165 Dada ist Innen

9. Mai 2020 von Paul Dorn

165 DadaistInnen

25.IV.2020

Eine Publikation des Cabaret Voltaire, angelegentlich der sgrafittischen Kratzmalung samt einer Ausstellung ebendieser DadaistInnen in die Gewölbedecke des Ausstellungsraums des Cabaret Voltaire 2013, Horizont 2016. Der Satz passt.

Zu den Vorworten

Eine Menge Vorworte, dafür sonst keinen Text im Buch, ausser den Lebensdaten der 165. Die Vorworte klingen nach Sonntagspredigten, das eine mehr salbig, ein anderes mehr mit Zitaten dekoriert, ein weiteres ein Allerweltsgeschwurbel; das von Adrian Notz, Direktor, liefert immerhin einige Informationen zur Auswahl der 165, noch mehr Zitate und seltsam religiöses Zeug dann. Was wollten sie alle eigentlich sagen? Am Ende wirkt alles wie Taschentuchwinken „Gute Fahrt! – schön, dass sie weg sind.“

Mark Divo und die Hausbesetzer, die eigentlichen Retter des Cabaret Voltaire-Hauses, werden komplett unterschlagen, eine ignorante Selbstgefälligkeit und Unehrlichkeit.

 

Die Ausstellung trägt den Titel „Dada in nuce“ – bedeutet das: Da da, du Nuss? Aber die Nuss bleibt hohl:

Die Systemisierung der 165 in vier Kategorien Überdada, PräsidentIn, Oberdada, Dada-SoldatIn ist schlichtweg dumm.

Grundsätzlich ist eine Kategorisierung, Hierarchie bei Dada ein Blödsinn, weil es dem Wesen von Dada widerspricht, zweitens haben die Dadas sich schon damals alle zu PräsidentInnen ernannt, drittens trug (nur) Johannes Baader den Titel des Oberdada – und: Viele Dadas haben den 1. Weltkrieg abgelehnt und nun werden sie zu SoldatInnen gemacht? Oder werden sie aus einer Hihi-lustik-Arroganz heraus zu kopflosen MitläuferInnen abgewertet?

In den Kurzbiographien taucht als Stichwort noch „Kompetenzen“ auf – ein wirklich schäbiges Wort aus dem neoliberalen Nutzen-gleich-Geld-Vokabular, man überlege die Wirkung hier. Natürlich kann man das als dadaistisch bezeichnen, aber dann wird Dada zur anything-goes-Beliebigkeit verwässert und verlächelt, was es NICHT ist.

Einige der Portraitphotos der 165 sind wenig bekannt, sonst nur das Ewiggleiche an Abbil-dungen; Hauptsache, das Buch wird dick.
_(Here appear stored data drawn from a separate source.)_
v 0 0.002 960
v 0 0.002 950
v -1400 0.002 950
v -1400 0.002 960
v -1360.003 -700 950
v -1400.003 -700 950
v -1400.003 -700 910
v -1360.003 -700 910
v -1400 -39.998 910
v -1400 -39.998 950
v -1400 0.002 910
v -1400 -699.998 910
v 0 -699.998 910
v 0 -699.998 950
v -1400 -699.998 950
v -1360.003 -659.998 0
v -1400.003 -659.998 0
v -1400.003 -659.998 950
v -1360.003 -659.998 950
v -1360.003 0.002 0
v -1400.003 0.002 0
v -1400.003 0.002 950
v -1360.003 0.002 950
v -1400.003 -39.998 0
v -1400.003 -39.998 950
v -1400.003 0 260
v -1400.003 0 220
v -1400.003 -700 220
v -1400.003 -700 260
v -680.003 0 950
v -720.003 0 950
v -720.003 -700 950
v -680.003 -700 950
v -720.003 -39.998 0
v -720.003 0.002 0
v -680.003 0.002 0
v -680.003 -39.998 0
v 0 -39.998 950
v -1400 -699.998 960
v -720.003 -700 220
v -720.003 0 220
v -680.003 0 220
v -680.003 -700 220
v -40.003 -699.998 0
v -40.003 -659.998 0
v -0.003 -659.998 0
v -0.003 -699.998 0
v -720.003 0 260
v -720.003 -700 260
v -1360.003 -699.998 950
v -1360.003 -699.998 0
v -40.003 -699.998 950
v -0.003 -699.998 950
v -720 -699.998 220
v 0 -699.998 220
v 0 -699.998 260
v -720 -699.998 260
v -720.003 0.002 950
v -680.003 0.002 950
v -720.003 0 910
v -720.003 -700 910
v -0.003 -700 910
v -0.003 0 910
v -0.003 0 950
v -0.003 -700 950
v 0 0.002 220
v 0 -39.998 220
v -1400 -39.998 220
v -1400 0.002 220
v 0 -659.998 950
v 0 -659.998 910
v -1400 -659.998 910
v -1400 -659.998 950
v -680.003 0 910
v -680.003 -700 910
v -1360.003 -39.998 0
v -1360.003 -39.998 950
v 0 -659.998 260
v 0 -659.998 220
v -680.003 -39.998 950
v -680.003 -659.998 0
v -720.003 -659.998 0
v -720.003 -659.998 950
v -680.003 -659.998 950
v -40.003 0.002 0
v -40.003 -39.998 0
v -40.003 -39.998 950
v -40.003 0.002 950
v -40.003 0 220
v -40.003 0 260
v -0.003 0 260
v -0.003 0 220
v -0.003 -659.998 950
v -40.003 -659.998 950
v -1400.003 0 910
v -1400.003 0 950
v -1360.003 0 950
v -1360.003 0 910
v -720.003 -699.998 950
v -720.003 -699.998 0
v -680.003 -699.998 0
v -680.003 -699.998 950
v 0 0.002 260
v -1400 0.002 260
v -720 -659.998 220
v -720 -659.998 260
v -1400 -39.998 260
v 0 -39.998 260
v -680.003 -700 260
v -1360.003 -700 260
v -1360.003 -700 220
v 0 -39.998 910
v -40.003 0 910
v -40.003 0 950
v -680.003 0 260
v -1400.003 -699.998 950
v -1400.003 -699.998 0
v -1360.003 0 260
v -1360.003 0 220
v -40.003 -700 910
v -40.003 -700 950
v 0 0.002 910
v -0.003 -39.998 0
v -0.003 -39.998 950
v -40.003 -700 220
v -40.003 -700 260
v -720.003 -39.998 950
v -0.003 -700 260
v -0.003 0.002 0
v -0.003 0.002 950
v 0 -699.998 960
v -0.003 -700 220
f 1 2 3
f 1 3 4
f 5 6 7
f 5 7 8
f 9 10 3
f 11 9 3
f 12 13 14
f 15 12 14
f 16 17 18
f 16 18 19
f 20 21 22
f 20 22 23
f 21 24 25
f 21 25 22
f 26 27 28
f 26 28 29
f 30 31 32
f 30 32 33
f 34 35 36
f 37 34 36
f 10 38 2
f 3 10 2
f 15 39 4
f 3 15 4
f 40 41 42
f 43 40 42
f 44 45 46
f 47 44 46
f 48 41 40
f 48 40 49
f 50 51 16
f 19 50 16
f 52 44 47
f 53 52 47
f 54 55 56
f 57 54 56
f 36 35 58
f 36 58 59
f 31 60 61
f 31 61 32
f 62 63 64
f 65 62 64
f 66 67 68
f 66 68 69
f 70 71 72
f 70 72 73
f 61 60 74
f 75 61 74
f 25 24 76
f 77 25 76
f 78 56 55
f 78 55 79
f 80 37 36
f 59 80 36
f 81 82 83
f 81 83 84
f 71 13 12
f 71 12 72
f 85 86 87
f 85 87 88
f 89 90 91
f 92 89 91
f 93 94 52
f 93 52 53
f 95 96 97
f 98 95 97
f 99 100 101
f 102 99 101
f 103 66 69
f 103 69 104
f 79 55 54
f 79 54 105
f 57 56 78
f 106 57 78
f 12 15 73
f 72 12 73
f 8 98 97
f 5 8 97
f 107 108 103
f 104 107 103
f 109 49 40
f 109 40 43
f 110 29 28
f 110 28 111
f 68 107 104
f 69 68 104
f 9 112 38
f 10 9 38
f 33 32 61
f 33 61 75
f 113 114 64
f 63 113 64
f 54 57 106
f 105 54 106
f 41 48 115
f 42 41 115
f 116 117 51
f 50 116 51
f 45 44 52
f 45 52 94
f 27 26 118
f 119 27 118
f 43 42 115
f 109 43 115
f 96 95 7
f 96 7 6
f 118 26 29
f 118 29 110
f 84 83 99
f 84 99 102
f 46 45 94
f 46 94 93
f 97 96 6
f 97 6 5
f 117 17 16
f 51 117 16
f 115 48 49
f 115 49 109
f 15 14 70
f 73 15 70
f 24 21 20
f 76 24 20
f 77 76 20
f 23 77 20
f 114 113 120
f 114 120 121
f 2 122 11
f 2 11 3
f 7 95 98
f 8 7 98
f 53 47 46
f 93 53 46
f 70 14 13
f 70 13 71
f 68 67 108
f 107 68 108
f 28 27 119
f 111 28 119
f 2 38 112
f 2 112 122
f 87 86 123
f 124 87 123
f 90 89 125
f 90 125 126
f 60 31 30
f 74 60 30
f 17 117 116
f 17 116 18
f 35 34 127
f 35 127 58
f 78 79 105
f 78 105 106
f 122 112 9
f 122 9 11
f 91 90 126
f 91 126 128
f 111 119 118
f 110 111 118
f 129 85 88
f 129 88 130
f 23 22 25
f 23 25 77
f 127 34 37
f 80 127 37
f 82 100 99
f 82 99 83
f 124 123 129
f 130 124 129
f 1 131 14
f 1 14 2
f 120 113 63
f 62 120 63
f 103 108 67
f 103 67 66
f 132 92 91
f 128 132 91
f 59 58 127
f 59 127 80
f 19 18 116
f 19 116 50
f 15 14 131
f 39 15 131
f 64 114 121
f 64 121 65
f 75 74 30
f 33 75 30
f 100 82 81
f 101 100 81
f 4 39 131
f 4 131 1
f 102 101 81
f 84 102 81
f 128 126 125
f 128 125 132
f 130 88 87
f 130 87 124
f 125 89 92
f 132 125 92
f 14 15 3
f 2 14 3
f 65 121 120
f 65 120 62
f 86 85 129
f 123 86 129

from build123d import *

# Parameters (mm, degrees)
F0_W     = 40
F0_H     = 40
F1_DEPTH = 950
F2_W     = 40
F2_H     = 40
F3_DEPTH = 720
F2_W_2   = 700
F2_H_2   = 10
F4_DEPTH = 1400
F5_W     = 40
F5_H     = 40
F6_DEPTH = 700
F7_W     = 40
F7_H     = 40
F8_DEPTH = 1400


# Not quite as in the source:
# - a feature names something its author has since deleted; it is built from what else it names


with BuildPart() as f1:
    # F0 (on Top) → F1 (new body)
    with BuildSketch(Plane.XY):
        with Locations((-1380.0028958117, -19.9983263365)):
            Rectangle(F0_W, F0_H)
    extrude(amount=F1_DEPTH)


with BuildPart() as f1b:
    # F0 (on Top) → F1, piece 2 (new body)
    with BuildSketch(Plane.XY):
        with Locations((-700.0028958117, -19.9983263365)):
            Rectangle(F0_W, F0_H)
    extrude(amount=F1_DEPTH)


with BuildPart() as f1c:
    # F0 (on Top) → F1, piece 3 (new body)
    with BuildSketch(Plane.XY):
        with Locations((-1380.0028958117, -679.9983263365)):
            Rectangle(F0_W, F0_H)
    extrude(amount=F1_DEPTH)


with BuildPart() as f1d:
    # F0 (on Top) → F1, piece 4 (new body)
    with BuildSketch(Plane.XY):
        with Locations((-700.0028958117, -679.9983263365)):
            Rectangle(F0_W, F0_H)
    extrude(amount=F1_DEPTH)


with BuildPart() as f1e:
    # F0 (on Top) → F1, piece 5 (new body)
    with BuildSketch(Plane.XY):
        with Locations((-20.0028958117, -679.9983263365)):
            Rectangle(F0_W, F0_H)
    extrude(amount=F1_DEPTH)


with BuildPart() as f1f:
    # F0 (on Top) → F1, piece 6 (new body)
    with BuildSketch(Plane.XY):
        with Locations((-20.0028958117, -19.9983263365)):
            Rectangle(F0_W, F0_H)
    extrude(amount=F1_DEPTH)


with BuildPart() as f3:
    # F2 (on Right) → F3 (new body)
    with BuildSketch(Plane.YZ):
        with Locations((-679.9983263365, 240)):
            Rectangle(F2_W, F2_H)
    extrude(amount=-F3_DEPTH)


with BuildPart() as f4:
    # F2 (on Right) → F4 (new body)
    with BuildSketch(Plane.YZ):
        with Locations((-349.9983263365, 955)):
            Rectangle(F2_W_2, F2_H_2)
    extrude(amount=-F4_DEPTH)


with BuildPart() as f4b:
    # F2 (on Right) → F4, piece 2 (new body)
    with BuildSketch(Plane.YZ):
        with Locations((-19.9983263365, 240)):
            Rectangle(F2_W, F2_H)
    extrude(amount=-F4_DEPTH)


with BuildPart() as f6:
    # F5 (on Front) → F6 (new body)
    with BuildSketch(Plane.XZ):
        with Locations((-20.0028958117, 240)):
            Rectangle(F5_W, F5_H)
    extrude(amount=F6_DEPTH)


with BuildPart() as f6b:
    # F5 (on Front) → F6, piece 2 (new body)
    with BuildSketch(Plane.XZ):
        with Locations((-700.0028958117, 240)):
            Rectangle(F5_W, F5_H)
    extrude(amount=F6_DEPTH)


with BuildPart() as f6c:
    # F5 (on Front) → F6, piece 3 (new body)
    with BuildSketch(Plane.XZ):
        with Locations((-1380.0028958117, 240)):
            Rectangle(F5_W, F5_H)
    extrude(amount=F6_DEPTH)


with BuildPart() as f6d:
    # F5 (on Front) → F6, piece 4 (new body)
    with BuildSketch(Plane.XZ):
        with Locations((-20.0028958117, 930)):
            Rectangle(F5_W, F5_H)
    extrude(amount=F6_DEPTH)


with BuildPart() as f6e:
    # F5 (on Front) → F6, piece 5 (new body)
    with BuildSketch(Plane.XZ):
        with Locations((-700.0028958117, 930)):
            Rectangle(F5_W, F5_H)
    extrude(amount=F6_DEPTH)


with BuildPart() as f6f:
    # F5 (on Front) → F6, piece 6 (new body)
    with BuildSketch(Plane.XZ):
        with Locations((-1380.0028958117, 930)):
            Rectangle(F5_W, F5_H)
    extrude(amount=F6_DEPTH)


with BuildPart() as f8:
    # F7 (on Right) → F8 (new body)
    with BuildSketch(Plane.YZ):
        with Locations((-679.9983263365, 930)):
            Rectangle(F7_W, F7_H)
    extrude(amount=-F8_DEPTH)


with BuildPart() as f8b:
    # F7 (on Right) → F8, piece 2 (new body)
    with BuildSketch(Plane.YZ):
        with Locations((-19.9983263365, 930)):
            Rectangle(F7_W, F7_H)
    extrude(amount=-F8_DEPTH)


solid = Compound([f1.part, f1b.part, f1c.part, f1d.part, f1e.part, f1f.part, f3.part, f4.part, f4b.part, f6.part, f6b.part, f6c.part, f6d.part, f6e.part, f6f.part, f8.part, f8b.part])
Es schleicht sich der Eindruck an, dass mit wenig Plan, vielleicht auch aus Zeitmangel eine Publikation hin musste.

Für die Kurzbiographien zeichnet eine Person verantwortlich, nennen wir sie ’mal Aline Juchler. Höchstwahrscheinlich versteht der Person keine einzige Fremdsprache und hat selbst Deutsch schlecht im Griff. Oft sind die Texte irgendwie dahergeschrieben, teils in seltsam nichtssagender und schlechter Formulierung, was schwanen lässt, der Person hat überdies keine Ahnung von Dada.

Zu den Dadas, die eh schon bekannt sind, gibt es lange Lebensläufe – langweilig, auch weil diese überall verfügbar sind. Weitere Personen, die relevant für das damalige Geistesleben (bis inklusive das heutige) waren, werden nicht in ihrem Wert entsprechend gewürdigt und positioniert. Von manchen Personen hat man den Eindruck, sie wurden ausgewählt, um den Katalog aufzupeppen oder für lustik oder mutik: Oioioi Bakunin! Aber wo sind dann Freud, Lenin, Marinetti?

Durchs Band eine grob lückenhafte und inhaltlich schlechte Recherche, vermutlich nur schnell ins Internet gekuckt und weil keine Ahnung von der Materie, auch keine Idee, wie und wo weitersuchen, geschweige denn bloss schon in fremdsprachigen Wikipedias. Es ergibt sich kein Bild des damaligen internationalen Geflechts, keine Ahnung wird einem möglich; wir haben vor uns lediglich eine lieblos hingeworfene Handvoll Würfelzucker, achtlos halb zertreten.

Steckt dahinter ein Topshot-Oberflächenkurator (Putzfrau?) auf Handy-Niveau?

Wirklich ärgerlich, wenn man bedenkt, welches Potential in dieser Buchidee steckt.